> _Extracted entries_
#####

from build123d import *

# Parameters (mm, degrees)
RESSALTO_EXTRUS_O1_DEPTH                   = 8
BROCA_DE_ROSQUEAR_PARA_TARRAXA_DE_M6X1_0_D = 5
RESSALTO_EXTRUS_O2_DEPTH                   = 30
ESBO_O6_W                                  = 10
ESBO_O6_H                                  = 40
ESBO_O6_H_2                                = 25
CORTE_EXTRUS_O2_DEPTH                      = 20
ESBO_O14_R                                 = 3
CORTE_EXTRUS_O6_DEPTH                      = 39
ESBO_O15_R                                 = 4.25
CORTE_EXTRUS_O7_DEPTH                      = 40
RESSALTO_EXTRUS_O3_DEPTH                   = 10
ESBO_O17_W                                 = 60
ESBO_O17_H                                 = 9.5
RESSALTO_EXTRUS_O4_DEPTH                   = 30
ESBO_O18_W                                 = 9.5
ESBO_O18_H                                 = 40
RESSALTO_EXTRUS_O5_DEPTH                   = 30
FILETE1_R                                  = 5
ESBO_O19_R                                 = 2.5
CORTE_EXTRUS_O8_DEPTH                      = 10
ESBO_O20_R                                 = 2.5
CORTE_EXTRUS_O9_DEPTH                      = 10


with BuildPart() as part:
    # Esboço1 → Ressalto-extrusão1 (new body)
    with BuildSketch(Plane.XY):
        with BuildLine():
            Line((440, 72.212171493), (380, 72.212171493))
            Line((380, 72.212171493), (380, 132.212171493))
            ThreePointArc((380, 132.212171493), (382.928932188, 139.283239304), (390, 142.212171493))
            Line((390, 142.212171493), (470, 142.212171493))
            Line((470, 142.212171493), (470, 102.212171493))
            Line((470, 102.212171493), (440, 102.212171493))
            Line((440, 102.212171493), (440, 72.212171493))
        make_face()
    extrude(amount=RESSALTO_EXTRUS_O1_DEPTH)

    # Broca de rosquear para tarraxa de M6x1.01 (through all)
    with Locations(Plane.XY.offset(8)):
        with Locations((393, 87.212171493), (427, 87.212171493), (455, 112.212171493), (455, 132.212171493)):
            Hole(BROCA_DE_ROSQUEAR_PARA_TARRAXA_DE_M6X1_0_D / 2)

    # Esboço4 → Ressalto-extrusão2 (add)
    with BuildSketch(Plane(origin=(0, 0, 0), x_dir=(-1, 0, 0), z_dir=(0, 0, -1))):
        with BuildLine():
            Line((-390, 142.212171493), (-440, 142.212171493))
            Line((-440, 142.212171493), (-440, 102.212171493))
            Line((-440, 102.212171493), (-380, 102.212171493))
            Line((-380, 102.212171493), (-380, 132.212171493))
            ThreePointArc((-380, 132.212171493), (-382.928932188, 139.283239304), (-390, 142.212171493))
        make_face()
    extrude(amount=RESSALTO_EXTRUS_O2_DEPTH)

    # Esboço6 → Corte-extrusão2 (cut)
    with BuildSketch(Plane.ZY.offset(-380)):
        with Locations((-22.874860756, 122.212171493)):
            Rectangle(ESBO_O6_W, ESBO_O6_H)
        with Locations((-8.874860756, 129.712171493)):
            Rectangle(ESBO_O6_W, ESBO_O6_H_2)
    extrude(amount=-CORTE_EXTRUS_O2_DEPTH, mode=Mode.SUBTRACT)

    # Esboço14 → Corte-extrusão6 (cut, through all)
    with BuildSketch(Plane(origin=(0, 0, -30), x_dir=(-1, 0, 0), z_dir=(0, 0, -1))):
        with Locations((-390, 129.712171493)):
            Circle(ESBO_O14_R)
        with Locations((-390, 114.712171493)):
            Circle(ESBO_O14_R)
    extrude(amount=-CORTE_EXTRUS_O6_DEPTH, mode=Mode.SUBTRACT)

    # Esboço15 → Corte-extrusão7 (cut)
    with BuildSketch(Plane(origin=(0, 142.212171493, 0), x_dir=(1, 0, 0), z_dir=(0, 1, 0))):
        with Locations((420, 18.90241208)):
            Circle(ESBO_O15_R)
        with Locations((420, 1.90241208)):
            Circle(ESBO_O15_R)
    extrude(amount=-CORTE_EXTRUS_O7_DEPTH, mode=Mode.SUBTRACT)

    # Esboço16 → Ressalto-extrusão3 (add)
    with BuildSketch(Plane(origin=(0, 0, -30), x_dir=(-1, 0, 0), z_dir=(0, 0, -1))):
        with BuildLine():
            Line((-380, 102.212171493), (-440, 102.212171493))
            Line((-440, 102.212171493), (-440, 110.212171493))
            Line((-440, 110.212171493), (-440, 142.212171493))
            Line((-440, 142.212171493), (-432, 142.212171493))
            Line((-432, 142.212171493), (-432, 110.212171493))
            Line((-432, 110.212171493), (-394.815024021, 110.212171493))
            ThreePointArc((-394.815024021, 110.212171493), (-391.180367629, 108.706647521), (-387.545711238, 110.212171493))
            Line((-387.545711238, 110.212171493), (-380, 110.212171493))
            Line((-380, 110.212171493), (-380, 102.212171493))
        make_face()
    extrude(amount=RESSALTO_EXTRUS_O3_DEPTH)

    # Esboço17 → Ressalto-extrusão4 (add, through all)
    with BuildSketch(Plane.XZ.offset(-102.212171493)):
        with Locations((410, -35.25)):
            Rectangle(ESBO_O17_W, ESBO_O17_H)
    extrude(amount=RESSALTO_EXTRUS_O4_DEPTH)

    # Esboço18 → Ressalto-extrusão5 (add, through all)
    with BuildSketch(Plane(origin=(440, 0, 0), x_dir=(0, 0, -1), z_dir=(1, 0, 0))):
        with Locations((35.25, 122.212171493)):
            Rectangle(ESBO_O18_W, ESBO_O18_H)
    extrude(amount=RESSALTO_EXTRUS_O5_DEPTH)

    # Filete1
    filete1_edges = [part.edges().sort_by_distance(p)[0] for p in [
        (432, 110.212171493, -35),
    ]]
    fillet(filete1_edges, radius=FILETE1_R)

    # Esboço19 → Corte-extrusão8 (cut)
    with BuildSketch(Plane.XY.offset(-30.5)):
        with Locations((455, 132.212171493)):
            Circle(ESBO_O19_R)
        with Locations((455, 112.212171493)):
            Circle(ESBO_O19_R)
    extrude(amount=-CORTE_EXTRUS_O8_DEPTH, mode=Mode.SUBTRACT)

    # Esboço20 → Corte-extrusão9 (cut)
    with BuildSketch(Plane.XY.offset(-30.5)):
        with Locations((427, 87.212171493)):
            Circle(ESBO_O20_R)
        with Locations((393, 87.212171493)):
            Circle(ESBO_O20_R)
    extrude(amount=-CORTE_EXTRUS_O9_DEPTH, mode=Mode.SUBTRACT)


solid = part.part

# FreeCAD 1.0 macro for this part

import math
import FreeCAD as App
import Part
import Sketcher

V = App.Vector


def edges_at(feature, points):
    """Names of the edges that pass closest to the given points."""
    edges = feature.Shape.Edges
    near = lambda p: min(range(len(edges)), key=lambda i: edges[i].distToShape(Part.Vertex(*p))[0])
    return sorted({f"Edge{near(p) + 1}" for p in points})


def add_polygon(sketch, points):
    """Adds a closed chain of lines whose ends are joined by coincident constraints."""
    first, n = sketch.GeometryCount, len(points)
    for a, b in zip(points, points[1:] + points[:1]):
        sketch.addGeometry(Part.LineSegment(App.Vector(*a, 0), App.Vector(*b, 0)), False)
    for i in range(n):
        sketch.addConstraint(Sketcher.Constraint("Coincident", first + i, 2, first + (i + 1) % n, 1))

doc = App.newDocument("Part")
body = doc.addObject("PartDesign::Body", "Body")

sketch1 = body.newObject("Sketcher::SketchObject", "Sketch")
sketch1.AttachmentSupport = (doc.getObject("XY_Plane"), [""])
sketch1.MapMode = "FlatFace"
sketch1.addGeometry(Part.LineSegment(V(380, 72.212171, 0), V(440, 72.212171, 0)), False)
sketch1.addGeometry(Part.LineSegment(V(440, 72.212171, 0), V(440, 102.212171, 0)), False)
sketch1.addGeometry(Part.LineSegment(V(440, 102.212171, 0), V(470, 102.212171, 0)), False)
sketch1.addGeometry(Part.LineSegment(V(470, 102.212171, 0), V(470, 142.212171, 0)), False)
sketch1.addGeometry(Part.LineSegment(V(470, 142.212171, 0), V(390, 142.212171, 0)), False)
sketch1.addGeometry(Part.ArcOfCircle(Part.Circle(V(390, 132.212171, 0), V(0, 0, 1), 10), math.radians(90), math.radians(180)), False)
sketch1.addGeometry(Part.LineSegment(V(380, 132.212171, 0), V(380, 72.212171, 0)), False)
sketch1.addConstraint(Sketcher.Constraint("Coincident", 0, 2, 1, 1))
sketch1.addConstraint(Sketcher.Constraint("Coincident", 1, 2, 2, 1))
sketch1.addConstraint(Sketcher.Constraint("Coincident", 2, 2, 3, 1))
sketch1.addConstraint(Sketcher.Constraint("Coincident", 3, 2, 4, 1))
sketch1.addConstraint(Sketcher.Constraint("Tangent", 4, 2, 5, 1))
sketch1.addConstraint(Sketcher.Constraint("Tangent", 5, 2, 6, 1))
sketch1.addConstraint(Sketcher.Constraint("Coincident", 6, 2, 0, 1))
sketch1.addConstraint(Sketcher.Constraint("Horizontal", 0))
sketch1.addConstraint(Sketcher.Constraint("Vertical", 1))
sketch1.addConstraint(Sketcher.Constraint("Horizontal", 2))
sketch1.addConstraint(Sketcher.Constraint("Vertical", 3))
sketch1.addConstraint(Sketcher.Constraint("Horizontal", 4))
sketch1.addConstraint(Sketcher.Constraint("Vertical", 6))
sketch1.addConstraint(Sketcher.Constraint("Equal", 2, 1))
sketch1.addConstraint(Sketcher.Constraint("Equal", 0, 6))
sketch1.addConstraint(Sketcher.Constraint("Radius", 5, 10.0))
sketch1.addConstraint(Sketcher.Constraint("DistanceX", 0, 1, 0, 2, 60.0))
sketch1.addConstraint(Sketcher.Constraint("DistanceX", 2, 1, 2, 2, 30.0))
sketch1.addConstraint(Sketcher.Constraint("DistanceX", -1, 1, 5, 3, 390.0))
sketch1.addConstraint(Sketcher.Constraint("DistanceY", -1, 1, 5, 3, 132.212171))
pad1 = body.newObject("PartDesign::Pad", "Pad")
pad1.Profile = sketch1
pad1.Length = 8

sketch2 = body.newObject("Sketcher::SketchObject", "Sketch001")
sketch2.AttachmentSupport = (doc.getObject("XY_Plane"), [""])
sketch2.MapMode = "FlatFace"
sketch2.AttachmentOffset = App.Placement(V(0, 0, 8), App.Rotation())
sketch2.addGeometry(Part.Circle(V(393, 87.212171, 0), V(0, 0, 1), 2.5), False)
sketch2.addGeometry(Part.Circle(V(427, 87.212171, 0), V(0, 0, 1), 2.5), False)
sketch2.addGeometry(Part.Circle(V(455, 112.212171, 0), V(0, 0, 1), 2.5), False)
sketch2.addGeometry(Part.Circle(V(455, 132.212171, 0), V(0, 0, 1), 2.5), False)
sketch2.addConstraint(Sketcher.Constraint("Equal", 0, 1))
sketch2.addConstraint(Sketcher.Constraint("Equal", 1, 2))
sketch2.addConstraint(Sketcher.Constraint("Equal", 2, 3))
sketch2.addConstraint(Sketcher.Constraint("Horizontal", 0, 3, 1, 3))
sketch2.addConstraint(Sketcher.Constraint("Vertical", 2, 3, 3, 3))
sketch2.addConstraint(Sketcher.Constraint("Diameter", 0, 5.0))
sketch2.addConstraint(Sketcher.Constraint("DistanceX", -1, 1, 0, 3, 393.0))
sketch2.addConstraint(Sketcher.Constraint("DistanceX", -1, 1, 1, 3, 427.0))
sketch2.addConstraint(Sketcher.Constraint("DistanceX", -1, 1, 2, 3, 455.0))
sketch2.addConstraint(Sketcher.Constraint("DistanceY", 1, 3, 2, 3, 25.0))
sketch2.addConstraint(Sketcher.Constraint("DistanceY", 2, 3, 3, 3, 20.0))
sketch2.addConstraint(Sketcher.Constraint("DistanceY", -1, 1, 0, 3, 87.212171))
doc.recompute()
hole = body.newObject("PartDesign::Hole", "Hole")
hole.Profile = sketch2
hole.ThreadType = "None"
hole.Diameter = 5
hole.DepthType = "ThroughAll"

sketch3 = body.newObject("Sketcher::SketchObject", "Sketch002")
sketch3.AttachmentSupport = (doc.getObject("XY_Plane"), [""])
sketch3.MapMode = "FlatFace"
sketch3.addGeometry(Part.LineSegment(V(390, 142.212171, 0), V(440, 142.212171, 0)), False)
sketch3.addGeometry(Part.LineSegment(V(440, 142.212171, 0), V(440, 102.212171, 0)), False)
sketch3.addGeometry(Part.LineSegment(V(440, 102.212171, 0), V(380, 102.212171, 0)), False)
sketch3.addGeometry(Part.LineSegment(V(380, 102.212171, 0), V(380, 132.212171, 0)), False)
sketch3.addGeometry(Part.ArcOfCircle(Part.Circle(V(390, 132.212171, 0), V(0, 0, 1), 10), math.radians(90), math.radians(180)), False)
sketch3.addConstraint(Sketcher.Constraint("Coincident", 0, 2, 1, 1))
sketch3.addConstraint(Sketcher.Constraint("Coincident", 1, 2, 2, 1))
sketch3.addConstraint(Sketcher.Constraint("Coincident", 2, 2, 3, 1))
sketch3.addConstraint(Sketcher.Constraint("Tangent", 3, 2, 4, 2))
sketch3.addConstraint(Sketcher.Constraint("Tangent", 4, 1, 0, 1))
sketch3.addConstraint(Sketcher.Constraint("Horizontal", 0))
sketch3.addConstraint(Sketcher.Constraint("Vertical", 1))
sketch3.addConstraint(Sketcher.Constraint("Horizontal", 2))
sketch3.addConstraint(Sketcher.Constraint("Vertical", 3))
sketch3.addConstraint(Sketcher.Constraint("Radius", 4, 10.0))
sketch3.addConstraint(Sketcher.Constraint("DistanceX", 0, 1, 0, 2, 50.0))
sketch3.addConstraint(Sketcher.Constraint("DistanceY", 1, 2, 1, 1, 40.0))
sketch3.addConstraint(Sketcher.Constraint("DistanceX", -1, 1, 4, 3, 390.0))
sketch3.addConstraint(Sketcher.Constraint("DistanceY", -1, 1, 4, 3, 132.212171))
pad2 = body.newObject("PartDesign::Pad", "Pad001")
pad2.Profile = sketch3
pad2.Length = 30
pad2.Reversed = True

sketch4 = body.newObject("Sketcher::SketchObject", "Sketch003")
sketch4.AttachmentSupport = (doc.getObject("YZ_Plane"), [""])
sketch4.MapMode = "FlatFace"
sketch4.AttachmentOffset = App.Placement(V(0, 0, 380), App.Rotation())
add_polygon(sketch4, [(142.212171, -27.874861), (102.212171, -27.874861), (102.212171, -17.874861), (142.212171, -17.874861)])
add_polygon(sketch4, [(142.212171, -13.874861), (117.212171, -13.874861), (117.212171, -3.874861), (142.212171, -3.874861)])
sketch4.addConstraint(Sketcher.Constraint("Horizontal", 0))
sketch4.addConstraint(Sketcher.Constraint("Vertical", 1))
sketch4.addConstraint(Sketcher.Constraint("Horizontal", 2))
sketch4.addConstraint(Sketcher.Constraint("Vertical", 3))
sketch4.addConstraint(Sketcher.Constraint("Horizontal", 4))
sketch4.addConstraint(Sketcher.Constraint("Vertical", 5))
sketch4.addConstraint(Sketcher.Constraint("Horizontal", 6))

#####

> _Activity_
The exact lines of the material above starting at the one that contains "# Broca de rosquear" and ending at the one that contains "# Esboço4 → Ressalto-extrusão2 (add)" are what to retype; leave out everything else.

> _Result_
    # Broca de rosquear para tarraxa de M6x1.01 (through all)
    with Locations(Plane.XY.offset(8)):
        with Locations((393, 87.212171493), (427, 87.212171493), (455, 112.212171493), (455, 132.212171493)):
            Hole(BROCA_DE_ROSQUEAR_PARA_TARRAXA_DE_M6X1_0_D / 2)

    # Esboço4 → Ressalto-extrusão2 (add)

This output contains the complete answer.